▸ TASK GOAL: Scan the records below for the line containing "e33 v30 v28 LINE" and the line containing "v36 (19,-10,8)". Copy both, plus every line between, exactly.

▸ DATASET CONTENT:

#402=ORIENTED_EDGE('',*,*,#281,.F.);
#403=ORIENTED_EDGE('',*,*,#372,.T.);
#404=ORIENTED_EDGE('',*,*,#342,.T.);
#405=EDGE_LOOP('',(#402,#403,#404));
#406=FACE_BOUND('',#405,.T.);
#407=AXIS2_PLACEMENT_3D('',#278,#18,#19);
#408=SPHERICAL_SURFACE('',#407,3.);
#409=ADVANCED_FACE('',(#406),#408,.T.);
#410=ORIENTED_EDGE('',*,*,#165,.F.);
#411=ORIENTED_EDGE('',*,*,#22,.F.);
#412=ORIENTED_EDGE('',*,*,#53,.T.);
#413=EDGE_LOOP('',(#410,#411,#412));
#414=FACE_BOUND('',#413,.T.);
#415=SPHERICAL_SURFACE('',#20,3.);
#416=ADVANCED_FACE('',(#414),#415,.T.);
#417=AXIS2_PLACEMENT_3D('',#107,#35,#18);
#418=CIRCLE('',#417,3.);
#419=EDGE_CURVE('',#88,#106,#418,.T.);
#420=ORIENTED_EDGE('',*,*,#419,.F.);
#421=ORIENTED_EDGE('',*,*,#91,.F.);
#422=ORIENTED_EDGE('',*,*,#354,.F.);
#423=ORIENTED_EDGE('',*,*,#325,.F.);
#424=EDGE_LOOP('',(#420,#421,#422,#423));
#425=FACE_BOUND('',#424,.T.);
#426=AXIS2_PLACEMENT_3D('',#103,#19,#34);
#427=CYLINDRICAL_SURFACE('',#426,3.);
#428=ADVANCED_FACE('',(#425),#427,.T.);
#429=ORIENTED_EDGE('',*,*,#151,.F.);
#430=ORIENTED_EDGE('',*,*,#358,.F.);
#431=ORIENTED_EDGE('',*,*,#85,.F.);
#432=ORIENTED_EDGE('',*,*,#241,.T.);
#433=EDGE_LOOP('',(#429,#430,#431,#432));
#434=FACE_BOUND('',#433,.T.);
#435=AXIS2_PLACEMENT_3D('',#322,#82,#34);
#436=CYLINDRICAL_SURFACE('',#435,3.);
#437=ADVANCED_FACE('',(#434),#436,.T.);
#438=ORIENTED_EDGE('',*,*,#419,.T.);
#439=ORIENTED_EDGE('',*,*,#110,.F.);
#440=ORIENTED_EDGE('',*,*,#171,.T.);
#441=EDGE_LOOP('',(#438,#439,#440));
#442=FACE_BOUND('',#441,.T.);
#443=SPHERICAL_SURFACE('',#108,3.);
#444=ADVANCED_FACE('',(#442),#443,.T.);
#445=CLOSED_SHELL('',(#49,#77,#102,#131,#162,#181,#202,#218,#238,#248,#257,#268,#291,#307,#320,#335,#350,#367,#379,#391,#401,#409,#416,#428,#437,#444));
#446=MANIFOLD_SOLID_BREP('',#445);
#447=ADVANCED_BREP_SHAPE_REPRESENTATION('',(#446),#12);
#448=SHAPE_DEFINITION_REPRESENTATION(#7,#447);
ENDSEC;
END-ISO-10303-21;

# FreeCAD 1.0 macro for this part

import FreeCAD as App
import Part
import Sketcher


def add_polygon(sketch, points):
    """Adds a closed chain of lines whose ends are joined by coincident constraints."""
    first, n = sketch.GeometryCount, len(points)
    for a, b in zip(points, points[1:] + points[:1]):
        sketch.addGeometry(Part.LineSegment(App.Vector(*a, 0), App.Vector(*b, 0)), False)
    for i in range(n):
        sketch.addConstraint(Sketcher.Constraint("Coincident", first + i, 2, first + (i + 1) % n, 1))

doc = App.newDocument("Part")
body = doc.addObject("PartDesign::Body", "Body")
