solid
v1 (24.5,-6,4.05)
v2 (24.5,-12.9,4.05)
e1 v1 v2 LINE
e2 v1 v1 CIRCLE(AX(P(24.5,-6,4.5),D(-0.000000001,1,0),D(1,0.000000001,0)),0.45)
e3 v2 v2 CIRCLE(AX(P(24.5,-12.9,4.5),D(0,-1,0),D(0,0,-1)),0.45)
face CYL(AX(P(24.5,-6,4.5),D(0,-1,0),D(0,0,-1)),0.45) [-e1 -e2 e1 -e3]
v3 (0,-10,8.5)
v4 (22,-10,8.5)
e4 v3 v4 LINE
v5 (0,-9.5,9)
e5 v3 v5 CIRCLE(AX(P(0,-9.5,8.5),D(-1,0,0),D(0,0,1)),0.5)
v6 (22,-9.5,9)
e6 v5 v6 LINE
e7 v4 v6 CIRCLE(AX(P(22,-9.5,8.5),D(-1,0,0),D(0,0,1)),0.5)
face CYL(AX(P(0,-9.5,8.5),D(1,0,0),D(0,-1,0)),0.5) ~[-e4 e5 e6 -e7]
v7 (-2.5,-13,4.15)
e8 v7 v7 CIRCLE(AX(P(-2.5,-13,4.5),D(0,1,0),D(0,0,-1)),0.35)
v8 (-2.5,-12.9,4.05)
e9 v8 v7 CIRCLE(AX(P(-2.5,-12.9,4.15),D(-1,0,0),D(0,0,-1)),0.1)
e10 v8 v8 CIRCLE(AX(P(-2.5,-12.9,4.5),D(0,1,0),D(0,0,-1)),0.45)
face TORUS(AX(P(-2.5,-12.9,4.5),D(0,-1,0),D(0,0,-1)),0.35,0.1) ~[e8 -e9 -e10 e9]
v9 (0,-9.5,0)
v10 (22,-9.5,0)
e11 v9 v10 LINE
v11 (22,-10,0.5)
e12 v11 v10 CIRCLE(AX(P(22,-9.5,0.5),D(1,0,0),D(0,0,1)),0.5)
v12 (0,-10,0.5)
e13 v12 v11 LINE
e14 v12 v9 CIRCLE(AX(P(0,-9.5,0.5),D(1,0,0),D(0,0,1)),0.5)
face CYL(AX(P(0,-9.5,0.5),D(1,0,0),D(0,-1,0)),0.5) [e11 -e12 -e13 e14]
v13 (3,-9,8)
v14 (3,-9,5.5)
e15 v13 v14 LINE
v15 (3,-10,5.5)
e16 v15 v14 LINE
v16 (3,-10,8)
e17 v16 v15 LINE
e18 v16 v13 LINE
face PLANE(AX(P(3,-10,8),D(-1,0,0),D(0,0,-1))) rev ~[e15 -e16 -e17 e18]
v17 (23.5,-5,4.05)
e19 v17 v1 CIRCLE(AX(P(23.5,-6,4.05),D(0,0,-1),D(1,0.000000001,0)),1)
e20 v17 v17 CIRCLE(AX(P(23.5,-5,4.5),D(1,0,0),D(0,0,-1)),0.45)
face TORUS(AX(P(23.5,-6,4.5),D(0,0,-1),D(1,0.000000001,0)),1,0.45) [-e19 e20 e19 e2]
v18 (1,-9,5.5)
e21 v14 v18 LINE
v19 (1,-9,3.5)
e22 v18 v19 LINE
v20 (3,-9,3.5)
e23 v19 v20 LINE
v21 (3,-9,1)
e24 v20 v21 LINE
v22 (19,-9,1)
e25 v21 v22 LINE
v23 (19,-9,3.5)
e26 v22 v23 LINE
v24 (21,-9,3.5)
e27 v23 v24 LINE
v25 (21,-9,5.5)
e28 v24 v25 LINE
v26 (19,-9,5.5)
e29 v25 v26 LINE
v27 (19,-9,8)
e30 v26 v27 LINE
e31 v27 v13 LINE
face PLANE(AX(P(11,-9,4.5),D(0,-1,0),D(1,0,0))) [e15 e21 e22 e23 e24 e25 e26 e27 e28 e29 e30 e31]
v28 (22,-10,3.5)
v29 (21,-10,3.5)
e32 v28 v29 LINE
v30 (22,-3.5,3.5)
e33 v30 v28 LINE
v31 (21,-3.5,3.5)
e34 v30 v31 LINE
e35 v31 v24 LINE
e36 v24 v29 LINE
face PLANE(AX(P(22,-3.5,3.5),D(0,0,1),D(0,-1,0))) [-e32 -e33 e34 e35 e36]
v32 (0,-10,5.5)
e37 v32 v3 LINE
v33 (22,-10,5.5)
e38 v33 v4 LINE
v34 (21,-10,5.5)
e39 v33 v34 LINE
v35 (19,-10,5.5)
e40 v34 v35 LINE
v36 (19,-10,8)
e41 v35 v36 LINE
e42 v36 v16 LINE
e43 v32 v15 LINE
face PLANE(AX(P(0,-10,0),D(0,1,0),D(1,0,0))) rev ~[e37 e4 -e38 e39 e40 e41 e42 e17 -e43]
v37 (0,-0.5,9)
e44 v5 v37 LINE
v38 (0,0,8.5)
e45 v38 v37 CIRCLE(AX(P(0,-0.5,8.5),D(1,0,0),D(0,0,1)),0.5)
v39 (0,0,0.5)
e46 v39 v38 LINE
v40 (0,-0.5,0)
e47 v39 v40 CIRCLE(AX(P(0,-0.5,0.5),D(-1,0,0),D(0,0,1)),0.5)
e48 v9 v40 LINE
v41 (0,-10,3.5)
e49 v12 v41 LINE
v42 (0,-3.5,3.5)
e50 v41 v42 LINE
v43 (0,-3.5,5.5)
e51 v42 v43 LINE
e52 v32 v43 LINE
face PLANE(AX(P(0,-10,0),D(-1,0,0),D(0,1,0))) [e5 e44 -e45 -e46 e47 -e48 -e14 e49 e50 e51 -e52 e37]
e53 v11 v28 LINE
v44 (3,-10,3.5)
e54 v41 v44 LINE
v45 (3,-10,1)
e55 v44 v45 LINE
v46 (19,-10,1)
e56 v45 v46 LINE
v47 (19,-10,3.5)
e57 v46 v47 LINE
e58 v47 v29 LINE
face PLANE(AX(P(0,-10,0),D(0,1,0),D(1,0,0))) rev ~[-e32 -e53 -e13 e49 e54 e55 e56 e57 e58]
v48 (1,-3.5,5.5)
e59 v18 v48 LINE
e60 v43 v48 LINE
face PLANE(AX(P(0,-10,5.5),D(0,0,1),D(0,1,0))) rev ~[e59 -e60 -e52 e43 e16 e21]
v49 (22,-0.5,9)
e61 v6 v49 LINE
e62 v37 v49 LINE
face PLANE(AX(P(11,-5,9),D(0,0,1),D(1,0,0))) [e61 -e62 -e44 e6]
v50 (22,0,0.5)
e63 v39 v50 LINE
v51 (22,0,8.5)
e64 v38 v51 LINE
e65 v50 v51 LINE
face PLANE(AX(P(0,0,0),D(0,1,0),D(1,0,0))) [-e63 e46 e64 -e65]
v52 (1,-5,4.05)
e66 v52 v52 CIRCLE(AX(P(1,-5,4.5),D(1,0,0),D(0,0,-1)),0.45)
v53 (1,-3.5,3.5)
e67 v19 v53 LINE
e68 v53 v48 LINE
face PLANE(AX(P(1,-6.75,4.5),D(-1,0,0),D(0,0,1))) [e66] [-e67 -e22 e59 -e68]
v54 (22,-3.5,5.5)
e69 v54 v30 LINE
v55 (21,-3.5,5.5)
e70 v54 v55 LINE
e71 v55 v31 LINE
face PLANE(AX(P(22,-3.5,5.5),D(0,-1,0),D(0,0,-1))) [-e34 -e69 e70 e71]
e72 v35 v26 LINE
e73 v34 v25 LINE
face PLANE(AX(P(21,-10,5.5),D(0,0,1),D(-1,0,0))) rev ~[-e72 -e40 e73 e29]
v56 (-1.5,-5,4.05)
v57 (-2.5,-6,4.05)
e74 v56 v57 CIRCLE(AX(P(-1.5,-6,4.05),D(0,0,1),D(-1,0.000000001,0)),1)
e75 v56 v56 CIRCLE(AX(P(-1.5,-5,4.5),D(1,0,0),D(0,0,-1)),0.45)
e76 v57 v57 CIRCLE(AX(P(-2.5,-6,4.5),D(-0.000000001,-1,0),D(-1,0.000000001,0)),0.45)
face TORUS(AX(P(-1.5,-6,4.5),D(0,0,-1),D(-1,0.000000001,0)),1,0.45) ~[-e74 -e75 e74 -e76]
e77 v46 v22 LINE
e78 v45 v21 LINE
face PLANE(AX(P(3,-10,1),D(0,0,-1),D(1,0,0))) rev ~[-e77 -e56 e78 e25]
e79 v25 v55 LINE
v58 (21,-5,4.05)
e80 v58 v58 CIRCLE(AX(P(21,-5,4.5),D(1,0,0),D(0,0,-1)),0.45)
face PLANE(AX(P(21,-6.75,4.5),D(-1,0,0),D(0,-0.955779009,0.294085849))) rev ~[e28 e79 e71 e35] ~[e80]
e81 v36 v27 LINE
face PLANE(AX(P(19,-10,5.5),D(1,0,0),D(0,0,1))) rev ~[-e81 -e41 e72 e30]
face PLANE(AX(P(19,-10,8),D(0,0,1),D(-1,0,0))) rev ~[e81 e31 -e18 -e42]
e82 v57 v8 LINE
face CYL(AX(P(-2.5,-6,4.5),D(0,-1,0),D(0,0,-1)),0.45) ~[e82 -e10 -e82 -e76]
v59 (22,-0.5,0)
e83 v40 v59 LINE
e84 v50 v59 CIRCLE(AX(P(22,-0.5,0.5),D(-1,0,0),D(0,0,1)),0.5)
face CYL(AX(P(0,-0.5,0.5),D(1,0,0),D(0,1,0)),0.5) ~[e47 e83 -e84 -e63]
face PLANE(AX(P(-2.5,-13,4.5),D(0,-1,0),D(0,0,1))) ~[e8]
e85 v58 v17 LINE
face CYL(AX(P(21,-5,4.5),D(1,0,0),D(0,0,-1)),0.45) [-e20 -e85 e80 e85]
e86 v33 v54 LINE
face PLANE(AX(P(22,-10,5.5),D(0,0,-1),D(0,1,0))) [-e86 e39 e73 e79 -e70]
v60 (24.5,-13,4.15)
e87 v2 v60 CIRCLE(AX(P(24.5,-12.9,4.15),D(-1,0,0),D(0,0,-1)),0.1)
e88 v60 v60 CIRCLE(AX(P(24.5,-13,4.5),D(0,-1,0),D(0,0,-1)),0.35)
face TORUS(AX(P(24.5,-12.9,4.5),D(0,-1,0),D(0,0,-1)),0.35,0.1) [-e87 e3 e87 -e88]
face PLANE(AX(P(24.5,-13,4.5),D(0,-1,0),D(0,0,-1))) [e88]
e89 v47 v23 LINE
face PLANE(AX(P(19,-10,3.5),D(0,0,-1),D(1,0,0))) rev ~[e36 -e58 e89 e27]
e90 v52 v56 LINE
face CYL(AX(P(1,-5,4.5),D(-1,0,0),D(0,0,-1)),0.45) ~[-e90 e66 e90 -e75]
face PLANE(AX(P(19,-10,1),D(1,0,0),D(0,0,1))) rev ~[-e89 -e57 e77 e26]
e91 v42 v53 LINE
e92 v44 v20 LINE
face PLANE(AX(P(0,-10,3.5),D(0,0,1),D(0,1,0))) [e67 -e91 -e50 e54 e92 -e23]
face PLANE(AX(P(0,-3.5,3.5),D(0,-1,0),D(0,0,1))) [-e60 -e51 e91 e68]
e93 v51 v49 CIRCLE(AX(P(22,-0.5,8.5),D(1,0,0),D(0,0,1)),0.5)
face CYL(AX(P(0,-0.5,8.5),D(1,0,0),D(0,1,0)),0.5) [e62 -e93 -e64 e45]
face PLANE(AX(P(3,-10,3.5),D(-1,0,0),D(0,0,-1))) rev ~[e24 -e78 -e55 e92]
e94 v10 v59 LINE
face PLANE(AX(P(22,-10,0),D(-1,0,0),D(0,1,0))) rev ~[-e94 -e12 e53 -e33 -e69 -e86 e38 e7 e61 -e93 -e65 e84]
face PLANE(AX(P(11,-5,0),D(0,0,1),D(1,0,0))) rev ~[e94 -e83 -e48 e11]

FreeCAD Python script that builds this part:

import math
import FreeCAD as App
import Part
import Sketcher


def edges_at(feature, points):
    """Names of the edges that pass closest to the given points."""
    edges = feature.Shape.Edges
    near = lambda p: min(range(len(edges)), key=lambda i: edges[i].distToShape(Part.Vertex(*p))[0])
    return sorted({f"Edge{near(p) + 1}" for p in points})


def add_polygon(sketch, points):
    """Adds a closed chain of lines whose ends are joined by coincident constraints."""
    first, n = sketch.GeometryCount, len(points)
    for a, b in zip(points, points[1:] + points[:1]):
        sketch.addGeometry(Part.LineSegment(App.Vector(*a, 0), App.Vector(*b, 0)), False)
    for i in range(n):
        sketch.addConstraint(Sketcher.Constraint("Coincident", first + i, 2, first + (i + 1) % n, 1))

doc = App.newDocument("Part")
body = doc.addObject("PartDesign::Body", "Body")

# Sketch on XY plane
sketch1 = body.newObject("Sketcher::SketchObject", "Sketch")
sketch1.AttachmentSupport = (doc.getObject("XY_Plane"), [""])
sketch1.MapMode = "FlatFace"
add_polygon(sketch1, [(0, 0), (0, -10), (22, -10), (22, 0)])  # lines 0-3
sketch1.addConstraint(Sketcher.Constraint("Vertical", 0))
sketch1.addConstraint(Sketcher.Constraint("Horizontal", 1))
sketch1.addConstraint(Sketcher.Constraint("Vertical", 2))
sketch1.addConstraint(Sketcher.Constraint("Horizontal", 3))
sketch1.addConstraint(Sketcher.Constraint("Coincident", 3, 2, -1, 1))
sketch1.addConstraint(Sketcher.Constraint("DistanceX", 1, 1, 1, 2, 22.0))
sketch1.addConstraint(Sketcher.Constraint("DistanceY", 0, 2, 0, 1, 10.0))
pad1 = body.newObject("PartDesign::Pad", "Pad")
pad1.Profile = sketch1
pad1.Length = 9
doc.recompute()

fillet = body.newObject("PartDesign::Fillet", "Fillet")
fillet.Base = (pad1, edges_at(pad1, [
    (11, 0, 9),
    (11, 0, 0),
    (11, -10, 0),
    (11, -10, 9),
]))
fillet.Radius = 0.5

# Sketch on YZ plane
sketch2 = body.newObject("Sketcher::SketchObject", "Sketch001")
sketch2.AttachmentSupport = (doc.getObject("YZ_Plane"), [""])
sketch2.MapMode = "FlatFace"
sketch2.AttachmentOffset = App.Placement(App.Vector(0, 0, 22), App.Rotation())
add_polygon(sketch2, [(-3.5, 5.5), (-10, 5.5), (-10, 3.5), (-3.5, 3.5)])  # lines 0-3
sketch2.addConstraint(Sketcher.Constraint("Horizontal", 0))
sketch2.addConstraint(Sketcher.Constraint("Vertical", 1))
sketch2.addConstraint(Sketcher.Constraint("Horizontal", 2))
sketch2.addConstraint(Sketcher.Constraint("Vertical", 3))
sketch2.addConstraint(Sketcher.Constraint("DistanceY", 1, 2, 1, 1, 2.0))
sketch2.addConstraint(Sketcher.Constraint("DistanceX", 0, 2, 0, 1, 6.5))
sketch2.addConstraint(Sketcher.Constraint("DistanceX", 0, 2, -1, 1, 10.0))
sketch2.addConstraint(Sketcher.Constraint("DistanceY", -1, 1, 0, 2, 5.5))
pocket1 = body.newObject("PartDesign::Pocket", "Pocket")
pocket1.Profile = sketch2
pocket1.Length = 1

▸ ANSWER FOR THIS EXERCISE:
e33 v30 v28 LINE
v31 (21,-3.5,3.5)
e34 v30 v31 LINE
e35 v31 v24 LINE
e36 v24 v29 LINE
face PLANE(AX(P(22,-3.5,3.5),D(0,0,1),D(0,-1,0))) [-e32 -e33 e34 e35 e36]
v32 (0,-10,5.5)
e37 v32 v3 LINE
v33 (22,-10,5.5)
e38 v33 v4 LINE
v34 (21,-10,5.5)
e39 v33 v34 LINE
v35 (19,-10,5.5)
e40 v34 v35 LINE
v36 (19,-10,8)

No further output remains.